Requirement
Scan the records and identify every line in which the string "align" occurs, then return those lines.

Records shown
________
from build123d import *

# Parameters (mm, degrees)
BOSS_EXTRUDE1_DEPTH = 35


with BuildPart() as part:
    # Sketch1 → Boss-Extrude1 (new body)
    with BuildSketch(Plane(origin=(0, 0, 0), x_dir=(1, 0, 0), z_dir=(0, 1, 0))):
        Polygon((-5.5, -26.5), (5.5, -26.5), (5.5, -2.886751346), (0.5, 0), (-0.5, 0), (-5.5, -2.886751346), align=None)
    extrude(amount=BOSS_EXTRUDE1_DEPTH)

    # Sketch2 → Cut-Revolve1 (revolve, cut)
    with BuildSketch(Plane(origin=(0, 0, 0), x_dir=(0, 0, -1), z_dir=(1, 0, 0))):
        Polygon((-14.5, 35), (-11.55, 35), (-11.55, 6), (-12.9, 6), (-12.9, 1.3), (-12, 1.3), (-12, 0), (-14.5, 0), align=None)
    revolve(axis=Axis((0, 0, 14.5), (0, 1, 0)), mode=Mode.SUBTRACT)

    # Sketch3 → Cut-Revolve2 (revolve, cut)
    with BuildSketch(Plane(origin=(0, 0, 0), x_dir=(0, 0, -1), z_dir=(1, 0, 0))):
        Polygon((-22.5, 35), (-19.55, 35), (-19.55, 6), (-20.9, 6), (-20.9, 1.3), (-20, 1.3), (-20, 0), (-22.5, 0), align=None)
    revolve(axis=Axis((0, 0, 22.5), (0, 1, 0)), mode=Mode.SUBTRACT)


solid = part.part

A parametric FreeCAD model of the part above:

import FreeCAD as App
import Part
import Sketcher
from FreeCAD import Vector
Q = App.Units.Quantity


def add_polygon(sketch, points):
    """Adds a closed chain of lines whose ends are joined by coincident constraints."""
    first, n = sketch.GeometryCount, len(points)
    for a, b in zip(points, points[1:] + points[:1]):
        sketch.addGeometry(Part.LineSegment(App.Vector(*a, 0), App.Vector(*b, 0)), False)
    for i in range(n):
        sketch.addConstraint(Sketcher.Constraint("Coincident", first + i, 2, first + (i + 1) % n, 1))

doc = App.newDocument("Part")
body = doc.addObject("PartDesign::Body", "Body")

sketch1 = body.newObject("Sketcher::SketchObject", "Sketch")
sketch1.AttachmentSupport = (doc.getObject("XZ_Plane"), [""])
sketch1.MapMode = "FlatFace"
add_polygon(sketch1, [(-5.5, 26.5), (5.5, 26.5), (5.5, 2.9), (0.5, 0), (-0.5, 0), (-5.5, 2.9)])
sketch1.addConstraint([
    Sketcher.Constraint("Horizontal", 0),
    Sketcher.Constraint("Vertical", 1),
    Sketcher.Constraint("Horizontal", 3),
    Sketcher.Constraint("Vertical", 5),
    Sketcher.Constraint("Symmetric", 2, 2, 3, 2, -1, 1),
    Sketcher.Constraint("Symmetric", 1, 2, 4, 2, -2),
    Sketcher.Constraint("DistanceX", 0, 1, 0, 2, Q("11 mm")),
    Sketcher.Constraint("DistanceX", 3, 2, 3, 1, Q("1 mm")),
    Sketcher.Constraint("Angle", 2, Q("-150 deg")),
    Sketcher.Constraint("DistanceY", -1, 1, 0, 2, Q("26.5 mm")),
])
pad1 = body.newObject("PartDesign::Pad", "Pad")
pad1.Profile = sketch1
pad1.Length = 35
pad1.Reversed = True

sketch2 = body.newObject("Sketcher::SketchObject", "Sketch001")
sketch2.AttachmentSupport = (doc.getObject("YZ_Plane"), [""])
sketch2.MapMode = "FlatFace"
add_polygon(sketch2, [(35, 11.6), (35, 14.5), (0, 14.5), (0, 12), (1.3, 12), (1.3, 12.9), (6, 12.9), (6, 11.6)])
sketch2.addGeometry(Part.LineSegment(Vector(0, 14.5, 0), Vector(35, 14.5, 0)), True)
sketch2.addConstraint([
    Sketcher.Constraint("Vertical", 0),
    Sketcher.Constraint("Horizontal", 1),
    Sketcher.Constraint("Vertical", 2),
    Sketcher.Constraint("Horizontal", 3),
    Sketcher.Constraint("Vertical", 4),
    Sketcher.Constraint("Horizontal", 5),
    Sketcher.Constraint("Vertical", 6),
    Sketcher.Constraint("Horizontal", 7),
    Sketcher.Constraint("Horizontal", 8),
    Sketcher.Constraint("Coincident", 8, 1, 1, 2),
    Sketcher.Constraint("PointOnObject", 1, 2, -2),
    Sketcher.Constraint("Vertical", 7, 2, 8, 2),
    Sketcher.Constraint("DistanceX", 1, 2, 1, 1, Q("35 mm")),
    Sketcher.Constraint("DistanceX", 7, 1, 7, 2, Q("29 mm")),
    Sketcher.Constraint("DistanceX", 3, 1, 3, 2, Q("1.3 mm")),
    Sketcher.Constraint("DistanceY", 2, 2, 2, 1, Q("2.5 mm")),
    Sketcher.Constraint("DistanceY", 4, 1, 4, 2, Q("0.9 mm")),
    Sketcher.Constraint("DistanceY", -1, 1, 2, 2, Q("12 mm")),
    Sketcher.Constraint("DistanceY", 0, 1, 0, 2, Q("2.95 mm")),
])
groove = body.newObject("PartDesign::Groove", "Groove")
groove.Profile = sketch2
groove.ReferenceAxis = (sketch2, ["Axis0"])
groove.Angle = 360

sketch3 = body.newObject("Sketcher::SketchObject", "Sketch002")
sketch3.AttachmentSupport = (doc.getObject("YZ_Plane"), [""])
sketch3.MapMode = "FlatFace"
add_polygon(sketch3, [(35, 19.6), (35, 22.5), (0, 22.5), (0, 20), (1.3, 20), (1.3, 20.9), (6, 20.9), (6, 19.6)])
sketch3.addGeometry(Part.LineSegment(Vector(0, 22.5, 0), Vector(35, 22.5, 0)), True)
sketch3.addConstraint([
    Sketcher.Constraint("Vertical", 0),
    Sketcher.Constraint("Horizontal", 1),
    Sketcher.Constraint("Vertical", 2),
    Sketcher.Constraint("Horizontal", 3),
    Sketcher.Constraint("Vertical", 4),
    Sketcher.Constraint("Horizontal", 5),
    Sketcher.Constraint("Vertical", 6),
    Sketcher.Constraint("Horizontal", 7),
    Sketcher.Constraint("Horizontal", 8),
    Sketcher.Constraint("Coincident", 8, 1, 1, 2),
    Sketcher.Constraint("PointOnObject", 1, 2, -2),
    Sketcher.Constraint("Vertical", 7, 2, 8, 2),
    Sketcher.Constraint("DistanceX", 1, 2, 1, 1, Q("35 mm")),
    Sketcher.Constraint("DistanceX", 7, 1, 7, 2, Q("29 mm")),
    Sketcher.Constraint("DistanceX", 3, 1, 3, 2, Q("1.3 mm")),
    Sketcher.Constraint("DistanceY", 2, 2, 2, 1, Q("2.5 mm")),
    Sketcher.Constraint("DistanceY", 4, 1, 4, 2, Q("0.9 mm")),
    Sketcher.Constraint("DistanceY", -1, 1, 2, 2, Q("20 mm")),
    Sketcher.Constraint("DistanceY", 0, 1, 0, 2, Q("2.95 mm")),
])
groove2 = body.newObject("PartDesign::Groove", "Groove001")
groove2.Profile = sketch3
groove2.ReferenceAxis = (sketch3, ["Axis0"])
groove2.Angle = 360

doc.recompute()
________
Answer below
        Polygon((-5.5, -26.5), (5.5, -26.5), (5.5, -2.886751346), (0.5, 0), (-0.5, 0), (-5.5, -2.886751346), align=None)
        Polygon((-14.5, 35), (-11.55, 35), (-11.55, 6), (-12.9, 6), (-12.9, 1.3), (-12, 1.3), (-12, 0), (-14.5, 0), align=None)
        Polygon((-22.5, 35), (-19.55, 35), (-19.55, 6), (-20.9, 6), (-20.9, 1.3), (-20, 1.3), (-20, 0), (-22.5, 0), align=None)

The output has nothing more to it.